*What this task involves*
From the data underneath, reproduce exactly the stretch that begins at the line with "f 268 272 234" and ends after the line with "f 85 283 285".

*Recorded information*
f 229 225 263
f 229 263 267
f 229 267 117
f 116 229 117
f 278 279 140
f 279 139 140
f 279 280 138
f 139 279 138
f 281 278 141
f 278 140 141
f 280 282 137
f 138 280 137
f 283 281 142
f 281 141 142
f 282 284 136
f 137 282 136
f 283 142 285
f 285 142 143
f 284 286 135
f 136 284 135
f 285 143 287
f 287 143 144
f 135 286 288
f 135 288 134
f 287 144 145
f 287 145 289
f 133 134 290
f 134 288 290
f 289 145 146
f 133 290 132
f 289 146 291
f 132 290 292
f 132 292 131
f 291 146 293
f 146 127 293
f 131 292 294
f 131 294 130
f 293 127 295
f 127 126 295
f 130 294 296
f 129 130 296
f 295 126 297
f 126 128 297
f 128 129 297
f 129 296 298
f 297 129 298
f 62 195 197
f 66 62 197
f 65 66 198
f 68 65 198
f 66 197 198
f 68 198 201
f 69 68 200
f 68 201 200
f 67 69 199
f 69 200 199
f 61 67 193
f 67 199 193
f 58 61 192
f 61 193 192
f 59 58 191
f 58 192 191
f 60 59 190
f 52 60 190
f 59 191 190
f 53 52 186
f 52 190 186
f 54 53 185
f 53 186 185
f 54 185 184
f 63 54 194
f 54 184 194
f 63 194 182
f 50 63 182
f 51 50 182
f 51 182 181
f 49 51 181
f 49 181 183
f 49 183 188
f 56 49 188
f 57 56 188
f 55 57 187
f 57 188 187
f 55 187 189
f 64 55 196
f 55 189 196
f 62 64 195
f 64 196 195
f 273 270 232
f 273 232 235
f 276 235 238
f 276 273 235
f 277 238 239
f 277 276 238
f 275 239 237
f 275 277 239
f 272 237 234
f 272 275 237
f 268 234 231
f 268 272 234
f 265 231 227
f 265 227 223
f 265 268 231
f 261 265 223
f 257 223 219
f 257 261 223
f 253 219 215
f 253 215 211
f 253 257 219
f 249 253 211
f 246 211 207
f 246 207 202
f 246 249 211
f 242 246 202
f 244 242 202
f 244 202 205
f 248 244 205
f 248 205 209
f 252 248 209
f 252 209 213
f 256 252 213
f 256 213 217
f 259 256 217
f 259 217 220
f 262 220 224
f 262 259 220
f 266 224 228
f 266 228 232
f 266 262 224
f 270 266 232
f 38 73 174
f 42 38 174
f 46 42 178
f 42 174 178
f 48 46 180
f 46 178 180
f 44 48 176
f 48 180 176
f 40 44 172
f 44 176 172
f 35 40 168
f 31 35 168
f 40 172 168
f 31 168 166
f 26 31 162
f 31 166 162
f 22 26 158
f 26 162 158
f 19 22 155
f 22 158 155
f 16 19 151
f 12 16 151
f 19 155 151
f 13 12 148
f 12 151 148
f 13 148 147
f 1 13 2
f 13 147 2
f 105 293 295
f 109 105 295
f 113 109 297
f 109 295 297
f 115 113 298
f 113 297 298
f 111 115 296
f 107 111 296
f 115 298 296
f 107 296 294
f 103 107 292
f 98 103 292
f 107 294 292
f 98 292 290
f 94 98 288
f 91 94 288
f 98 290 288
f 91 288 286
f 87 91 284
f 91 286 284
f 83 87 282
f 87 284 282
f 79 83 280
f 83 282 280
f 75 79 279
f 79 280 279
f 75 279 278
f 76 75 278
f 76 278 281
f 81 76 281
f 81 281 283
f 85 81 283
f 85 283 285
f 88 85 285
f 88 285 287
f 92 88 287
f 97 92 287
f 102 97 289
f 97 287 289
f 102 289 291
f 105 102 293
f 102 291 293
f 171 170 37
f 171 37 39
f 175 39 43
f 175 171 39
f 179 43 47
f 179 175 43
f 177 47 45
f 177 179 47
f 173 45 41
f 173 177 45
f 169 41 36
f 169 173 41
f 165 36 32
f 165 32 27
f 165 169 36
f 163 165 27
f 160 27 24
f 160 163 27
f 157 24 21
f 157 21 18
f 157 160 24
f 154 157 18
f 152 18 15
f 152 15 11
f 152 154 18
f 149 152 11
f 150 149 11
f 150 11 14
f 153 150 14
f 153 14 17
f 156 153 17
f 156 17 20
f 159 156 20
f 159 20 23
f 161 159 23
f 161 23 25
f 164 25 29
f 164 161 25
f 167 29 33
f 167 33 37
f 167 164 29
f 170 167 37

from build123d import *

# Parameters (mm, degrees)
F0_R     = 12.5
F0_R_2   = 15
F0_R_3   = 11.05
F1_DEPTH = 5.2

*Exercise result*
f 268 272 234
f 265 231 227
f 265 227 223
f 265 268 231
f 261 265 223
f 257 223 219
f 257 261 223
f 253 219 215
f 253 215 211
f 253 257 219
f 249 253 211
f 246 211 207
f 246 207 202
f 246 249 211
f 242 246 202
f 244 242 202
f 244 202 205
f 248 244 205
f 248 205 209
f 252 248 209
f 252 209 213
f 256 252 213
f 256 213 217
f 259 256 217
f 259 217 220
f 262 220 224
f 262 259 220
f 266 224 228
f 266 228 232
f 266 262 224
f 270 266 232
f 38 73 174
f 42 38 174
f 46 42 178
f 42 174 178
f 48 46 180
f 46 178 180
f 44 48 176
f 48 180 176
f 40 44 172
f 44 176 172
f 35 40 168
f 31 35 168
f 40 172 168
f 31 168 166
f 26 31 162
f 31 166 162
f 22 26 158
f 26 162 158
f 19 22 155
f 22 158 155
f 16 19 151
f 12 16 151
f 19 155 151
f 13 12 148
f 12 151 148
f 13 148 147
f 1 13 2
f 13 147 2
f 105 293 295
f 109 105 295
f 113 109 297
f 109 295 297
f 115 113 298
f 113 297 298
f 111 115 296
f 107 111 296
f 115 298 296
f 107 296 294
f 103 107 292
f 98 103 292
f 107 294 292
f 98 292 290
f 94 98 288
f 91 94 288
f 98 290 288
f 91 288 286
f 87 91 284
f 91 286 284
f 83 87 282
f 87 284 282
f 79 83 280
f 83 282 280
f 75 79 279
f 79 280 279
f 75 279 278
f 76 75 278
f 76 278 281
f 81 76 281
f 81 281 283
f 85 81 283
f 85 283 285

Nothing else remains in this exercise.